Sahara: La cour européenne de justice examine un recours du polisario

28 Fév 2021 à 16:38 Politique
Sahara: La cour européenne de justice examine un recours du polisario

La Cour européenne de justice (CJUE) est attendue mardi et mercredi pour étudier le recours des séparatistes du polisario concernant les accords commerciaux entre l’UE et le Maroc. L’Union européenne est appelée à rejoindre la tendance internationale visant à trouver une solution politique sous souveraineté marocaine.

Deux séances sont prévues mardi et mercredi pour discuter des accords UE-Maroc sur l’exportation de poissons, de tomates et de melons cultivés dans les provinces sahariennes marocains, que les séparatistes armés du polisario revendiquent.

Les séparatistes sahraouis avaient introduit ce recours le 27 avril 2019, et si la Cour européenne de justice doit l’examiner le 2 mars, les conclusions ne sont pas attendues avant plusieurs mois.

Il ne s’agit pas de la première fois que les séparatistes du polisario remettent en cause les accords conclus entre le Maroc et l’Union européenne. Déjà en 2016 et en 2018, les séparatistes sahraouis avaient porté l’affaire devant le CJUE pour tenter d’arracher une victoire symbolique, visant à reconnaitre leur contrôle sur ce territoire disputé.
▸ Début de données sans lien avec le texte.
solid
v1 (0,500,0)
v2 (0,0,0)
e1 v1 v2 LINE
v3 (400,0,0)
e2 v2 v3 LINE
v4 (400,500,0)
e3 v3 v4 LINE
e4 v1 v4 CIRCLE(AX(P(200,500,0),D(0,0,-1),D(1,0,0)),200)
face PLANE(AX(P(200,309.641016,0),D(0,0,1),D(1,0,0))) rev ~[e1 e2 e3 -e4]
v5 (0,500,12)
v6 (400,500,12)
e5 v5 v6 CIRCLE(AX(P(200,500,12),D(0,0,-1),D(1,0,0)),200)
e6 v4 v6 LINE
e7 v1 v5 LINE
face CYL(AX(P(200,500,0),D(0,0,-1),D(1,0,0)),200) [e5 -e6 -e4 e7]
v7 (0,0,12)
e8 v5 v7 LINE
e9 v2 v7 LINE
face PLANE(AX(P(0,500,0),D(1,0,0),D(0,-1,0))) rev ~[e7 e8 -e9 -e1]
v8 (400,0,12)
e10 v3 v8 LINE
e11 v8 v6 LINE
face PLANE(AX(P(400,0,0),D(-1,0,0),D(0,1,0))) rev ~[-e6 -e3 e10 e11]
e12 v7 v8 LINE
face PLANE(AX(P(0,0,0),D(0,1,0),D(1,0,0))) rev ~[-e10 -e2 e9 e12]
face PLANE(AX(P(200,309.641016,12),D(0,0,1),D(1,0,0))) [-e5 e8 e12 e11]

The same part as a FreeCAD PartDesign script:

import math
import FreeCAD as App
import Part
import Sketcher

V = App.Vector
Q = App.Units.Quantity

doc = App.newDocument("Part")
body = doc.addObject("PartDesign::Body", "Body")

# Sketch on XY plane
sketch1 = body.newObject("Sketcher::SketchObject", "Sketch")
sketch1.AttachmentSupport = (doc.getObject("XY_Plane"), [""])
sketch1.MapMode = "FlatFace"
sketch1.addGeometry([
    Part.LineSegment(V(0, 500, 0), V(0, 0, 0)),
    Part.LineSegment(V(0, 0, 0), V(400, 0, 0)),
    Part.LineSegment(V(400, 0, 0), V(400, 500, 0)),
    Part.ArcOfCircle(Part.Circle(V(200, 500, 0), V(0, 0, 1), 200), math.radians(0), math.radians(180)),
], False)
sketch1.addConstraint([
    Sketcher.Constraint("Coincident", 0, 2, 1, 1),
    Sketcher.Constraint("Coincident", 1, 2, 2, 1),
    Sketcher.Constraint("Tangent", 2, 2, 3, 1),
    Sketcher.Constraint("Tangent", 3, 2, 0, 1),
    Sketcher.Constraint("Vertical", 0),
    Sketcher.Constraint("Horizontal", 1),
    Sketcher.Constraint("Vertical", 2),
    Sketcher.Constraint("Coincident", 0, 2, -1, 1),
    Sketcher.Constraint("Radius", 3, Q("200 mm")),
    Sketcher.Constraint("DistanceY", 0, 2, 0, 1, Q("500 mm")),
])
pad1 = body.newObject("PartDesign::Pad", "Pad")
pad1.Profile = sketch1
pad1.Length = 12

doc.recompute()
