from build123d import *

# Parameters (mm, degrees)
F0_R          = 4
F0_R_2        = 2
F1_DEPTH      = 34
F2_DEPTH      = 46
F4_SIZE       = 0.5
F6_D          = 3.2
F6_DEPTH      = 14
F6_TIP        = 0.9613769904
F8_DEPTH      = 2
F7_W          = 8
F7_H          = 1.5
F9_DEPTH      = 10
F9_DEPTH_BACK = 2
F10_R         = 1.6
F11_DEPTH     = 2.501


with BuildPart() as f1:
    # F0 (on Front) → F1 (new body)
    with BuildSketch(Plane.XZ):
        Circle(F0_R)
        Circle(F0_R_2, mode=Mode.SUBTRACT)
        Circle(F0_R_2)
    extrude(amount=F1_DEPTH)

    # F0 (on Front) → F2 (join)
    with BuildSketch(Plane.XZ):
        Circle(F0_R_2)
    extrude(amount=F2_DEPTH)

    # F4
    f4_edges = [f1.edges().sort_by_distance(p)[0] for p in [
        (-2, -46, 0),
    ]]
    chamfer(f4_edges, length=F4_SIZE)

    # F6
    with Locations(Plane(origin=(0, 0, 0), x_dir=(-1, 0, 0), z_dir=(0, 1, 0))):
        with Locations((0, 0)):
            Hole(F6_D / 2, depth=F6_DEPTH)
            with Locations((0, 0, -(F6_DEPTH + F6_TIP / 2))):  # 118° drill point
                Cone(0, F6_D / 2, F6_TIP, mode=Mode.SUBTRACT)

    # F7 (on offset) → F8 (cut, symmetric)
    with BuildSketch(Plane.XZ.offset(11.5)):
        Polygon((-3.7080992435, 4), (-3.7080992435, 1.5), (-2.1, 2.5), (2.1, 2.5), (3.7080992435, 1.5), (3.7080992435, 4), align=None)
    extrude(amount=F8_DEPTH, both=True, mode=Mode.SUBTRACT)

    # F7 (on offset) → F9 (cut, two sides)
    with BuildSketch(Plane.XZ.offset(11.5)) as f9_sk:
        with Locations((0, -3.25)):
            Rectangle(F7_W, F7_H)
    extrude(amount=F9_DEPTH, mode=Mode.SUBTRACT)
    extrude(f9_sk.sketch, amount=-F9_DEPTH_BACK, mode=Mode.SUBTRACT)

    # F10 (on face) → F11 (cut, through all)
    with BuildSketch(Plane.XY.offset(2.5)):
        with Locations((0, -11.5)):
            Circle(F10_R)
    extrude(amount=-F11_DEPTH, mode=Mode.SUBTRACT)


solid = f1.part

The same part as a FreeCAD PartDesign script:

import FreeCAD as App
import Part
import Sketcher

V = App.Vector
Q = App.Units.Quantity


def edges_at(feature, points):
    """Names of the edges that pass closest to the given points."""
    edges = feature.Shape.Edges
    near = lambda p: min(range(len(edges)), key=lambda i: edges[i].distToShape(Part.Vertex(*p))[0])
    return sorted({f"Edge{near(p) + 1}" for p in points})

doc = App.newDocument("Part")
body = doc.addObject("PartDesign::Body", "Body")

# Sketch on XZ plane
sketch1 = body.newObject("Sketcher::SketchObject", "Sketch")
sketch1.AttachmentSupport = (doc.getObject("XZ_Plane"), [""])
sketch1.MapMode = "FlatFace"
sketch1.addGeometry(Part.Circle(V(0, 0, 0), V(0, 0, 1), 4), False)
sketch1.addConstraint([
    Sketcher.Constraint("Coincident", 0, 3, -1, 1),
    Sketcher.Constraint("Diameter", 0, Q("8 mm")),
])
pad1 = body.newObject("PartDesign::Pad", "Pad")
pad1.Profile = sketch1
pad1.Length = 34

# Sketch on XZ plane
sketch2 = body.newObject("Sketcher::SketchObject", "Sketch001")
sketch2.AttachmentSupport = (doc.getObject("XZ_Plane"), [""])
sketch2.MapMode = "FlatFace"
sketch2.addGeometry(Part.Circle(V(0, 0, 0), V(0, 0, 1), 2), False)
sketch2.addConstraint([
    Sketcher.Constraint("Coincident", 0, 3, -1, 1),
    Sketcher.Constraint("Diameter", 0, Q("4 mm")),
])
pad2 = body.newObject("PartDesign::Pad", "Pad001")
pad2.Profile = sketch2
pad2.Length = 46
doc.recompute()

chamfer = body.newObject("PartDesign::Chamfer", "Chamfer")
chamfer.Base = (pad2, edges_at(pad2, [(-2, -46, 0)]))
chamfer.Size = 0.5

# Sketch on XZ plane
sketch3 = body.newObject("Sketcher::SketchObject", "Sketch002")
sketch3.AttachmentSupport = (doc.getObject("XZ_Plane"), [""])
sketch3.MapMode = "FlatFace"
sketch3.addGeometry(Part.Circle(V(0, 0, 0), V(0, 0, 1), 1.6), False)
sketch3.addConstraint([
    Sketcher.Constraint("Coincident", 0, 3, -1, 1),
    Sketcher.Constraint("Diameter", 0, Q("3.2 mm")),
])
doc.recompute()
hole = body.newObject("PartDesign::Hole", "Hole")
hole.Profile = sketch3
hole.ThreadType = "None"
hole.Diameter = 3.2
hole.DepthType = "Dimension"
hole.Depth = 14
hole.DrillPoint = "Angled"
hole.DrillPointAngle = 118
hole.Reversed = True

# Sketch on XZ plane
sketch4 = body.newObject("Sketcher::SketchObject", "Sketch003")
sketch4.AttachmentSupport = (doc.getObject("XZ_Plane"), [""])
sketch4.MapMode = "FlatFace"
sketch4.AttachmentOffset = App.Placement(V(0, 0, 11.5), App.Rotation())
sketch4.addGeometry([
    Part.LineSegment(V(-3.708099, 4, 0), V(-3.708099, 1.5, 0)),  # 0
    Part.LineSegment(V(-3.708099, 1.5, 0), V(-2.1, 2.5, 0)),  # 1
    Part.LineSegment(V(-2.1, 2.5, 0), V(2.1, 2.5, 0)),  # 2
    Part.LineSegment(V(2.1, 2.5, 0), V(3.708099, 1.5, 0)),  # 3
    Part.LineSegment(V(3.708099, 1.5, 0), V(3.708099, 4, 0)),  # 4
    Part.LineSegment(V(3.708099, 4, 0), V(-3.708099, 4, 0)),  # 5
], False)
sketch4.addConstraint([
    Sketcher.Constraint("Coincident", 0, 2, 1, 1),
    Sketcher.Constraint("Coincident", 1, 2, 2, 1),
    Sketcher.Constraint("Coincident", 2, 2, 3, 1),
    Sketcher.Constraint("Coincident", 3, 2, 4, 1),
    Sketcher.Constraint("Coincident", 4, 2, 5, 1),
    Sketcher.Constraint("Coincident", 5, 2, 0, 1),
    Sketcher.Constraint("Vertical", 0),
    Sketcher.Constraint("Horizontal", 2),
    Sketcher.Constraint("Vertical", 4),
    Sketcher.Constraint("Horizontal", 5),
    Sketcher.Constraint("Symmetric", 0, 2, 3, 2, -2),
    Sketcher.Constraint("Equal", 1, 3),
    Sketcher.Constraint("DistanceX", 2, 1, 2, 2, Q("4.2 mm")),
    Sketcher.Constraint("DistanceY", 0, 2, 0, 1, Q("2.5 mm")),
    Sketcher.Constraint("DistanceY", -1, 1, 4, 2, Q("4 mm")),
    Sketcher.Constraint("DistanceY", 0, 2, 1, 2, Q("1 mm")),
    Sketcher.Constraint("DistanceX", 5, 2, 5, 1, Q("7.416198 mm")),
])
pocket1 = body.newObject("PartDesign::Pocket", "Pocket")
pocket1.Profile = sketch4
pocket1.Length = 4
pocket1.Midplane = True

# Sketch on XZ plane
sketch5 = body.newObject("Sketcher::SketchObject", "Sketch004")
sketch5.AttachmentSupport = (doc.getObject("XZ_Plane"), [""])
sketch5.MapMode = "FlatFace"
sketch5.AttachmentOffset = App.Placement(V(0, 0, 11.5), App.Rotation())
sketch5.addGeometry([
    Part.LineSegment(V(-4, -2.5, 0), V(-4, -4, 0)),
    Part.LineSegment(V(-4, -4, 0), V(4, -4, 0)),
    Part.LineSegment(V(4, -4, 0), V(4, -2.5, 0)),
    Part.LineSegment(V(4, -2.5, 0), V(-4, -2.5, 0)),
], False)
sketch5.addConstraint([
    Sketcher.Constraint("Coincident", 0, 2, 1, 1),
    Sketcher.Constraint("Coincident", 1, 2, 2, 1),
    Sketcher.Constraint("Coincident", 2, 2, 3, 1),
    Sketcher.Constraint("Coincident", 3, 2, 0, 1),
    Sketcher.Constraint("Vertical", 0),
    Sketcher.Constraint("Horizontal", 1),
    Sketcher.Constraint("Vertical", 2),
    Sketcher.Constraint("Horizontal", 3),
    Sketcher.Constraint("DistanceX", 1, 1, 1, 2, Q("8 mm")),
    Sketcher.Constraint("DistanceY", 0, 2, 0, 1, Q("1.5 mm")),
    Sketcher.Constraint("DistanceX", 0, 2, -1, 1, Q("4 mm")),
    Sketcher.Constraint("DistanceY", 0, 2, -1, 1, Q("4 mm")),
])
pocket2 = body.newObject("PartDesign::Pocket", "Pocket001")
pocket2.Profile = sketch5
pocket2.Type = "TwoLengths"
pocket2.Length = 10
pocket2.Length2 = 2
pocket2.Reversed = True

# Sketch on XY plane
sketch6 = body.newObject("Sketcher::SketchObject", "Sketch005")
sketch6.AttachmentSupport = (doc.getObject("XY_Plane"), [""])
sketch6.MapMode = "FlatFace"
sketch6.AttachmentOffset = App.Placement(V(0, 0, 2.5), App.Rotation())
sketch6.addGeometry(Part.Circle(V(0, -11.5, 0), V(0, 0, 1), 1.6), False)
sketch6.addConstraint([
    Sketcher.Constraint("PointOnObject", 0, 3, -2),
    Sketcher.Constraint("Diameter", 0, Q("3.2 mm")),
    Sketcher.Constraint("DistanceY", 0, 3, -1, 1, Q("11.5 mm")),
])
pocket3 = body.newObject("PartDesign::Pocket", "Pocket002")
pocket3.Profile = sketch6
pocket3.Length = 2.501

doc.recompute()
Il ne s’agira pas de la dernière fois non plus, où les séparatistes attaqueront les accords Maroc-UE, tant que l’Union européenne n’aura pas pris une position politique plus claire concernant ce conflit fabriqué en 1973, par l’ancien président algérien Houari Boumédiène qui avait pour objectif de soumettre toute l’Afrique du nord, en particulier le Maroc qui avait réussi à retrouver son indépendance avant l’Algérie, et avait remporté plusieurs victoires militaires, notamment celle d’Amgala 1 et 2.

Si au niveau diplomatique les institutions européennes restent sur leur position concernant le conflit du Sahara, en se référant au processus onusien et en qualifiant l’initiative marocaine d’autonomie de sérieuse et crédible, au niveau commercial, l’UE est une fois de plus attaquée par les séparatistes du polisario qui revendiquent le Sahara.

Malgré la multiplication des reconnaissances internationales de la pleine souveraineté du Maroc sur ses provinces sahariennes, l’Union européenne est restée pour le moment sur une position jugée pas assez courageuse et, qui n’aide pas à trouver une solution à ce dossier.

Pour le chef de la diplomatie marocaine, Nasser Bourita, «il suffit que l’Europe sorte de sa zone de confort et soutienne cette tendance internationale», estimant que  «le processus a tourné en rond pendant des années» et qu’aujourd’hui, «une orientation émerge et c’est cette orientation-là que l’UE doit épouser également» surtout que l’une des principales préoccupations de l’Union européenne est de sécuriser la zone sahélo-saharienne (élément faisant partie du nouvel agenda pour la méditerranée 2021-2017 de l’UE), aujourd’hui menacée depuis que les séparatistes ont annoncé la fin du cessez le feu conclu en 1991.

Le Maroc a su faire évoluer sa position sur le Sahara pour trouver une issue à ce conflit qui tourne en rond depuis de nombreuses années, devant des séparatistes nourris par l’Algérie qui cherchent à déstabiliser la région en lançant une guerre aux répercussions dévastatrices pour les deux principales parties au conflit, à savoir le Maroc et l’Algérie.

Le plan d’autonomie sous souveraineté marocaine recueille de plus en plus de soutiens internationaux, car il s’agit de la proposition la plus avancée en termes de concessions et de compromis par Rabat et est perçue par la communauté internationale comme une solution crédible, pragmatique, réaliste, pour mettre fin à ce conflit.

Alors que l’UE qui est attachée au multilatéralisme, elle est attendue pour prendre part à l’élan international visant à mettre fin à ce conflit en s’attachant à un règlement politique et sur la base du compromis, ce qui permettra de continuer à faire vivre un partenariat jugé « excellent » avec le Maroc.

C’est d’ailleurs la promesse faite par le Commissaire à l’Élargissement et à la Politique européenne de Voisinage, Oliver Varhelyi, qui affirmé que l’Union européenne utilisera « tous les moyens possibles pour faire progresser » son partenariat avec le Royaume du Maroc, après un entretien téléphonique avec le chef de la diplomatie marocaine Nasser Bourita.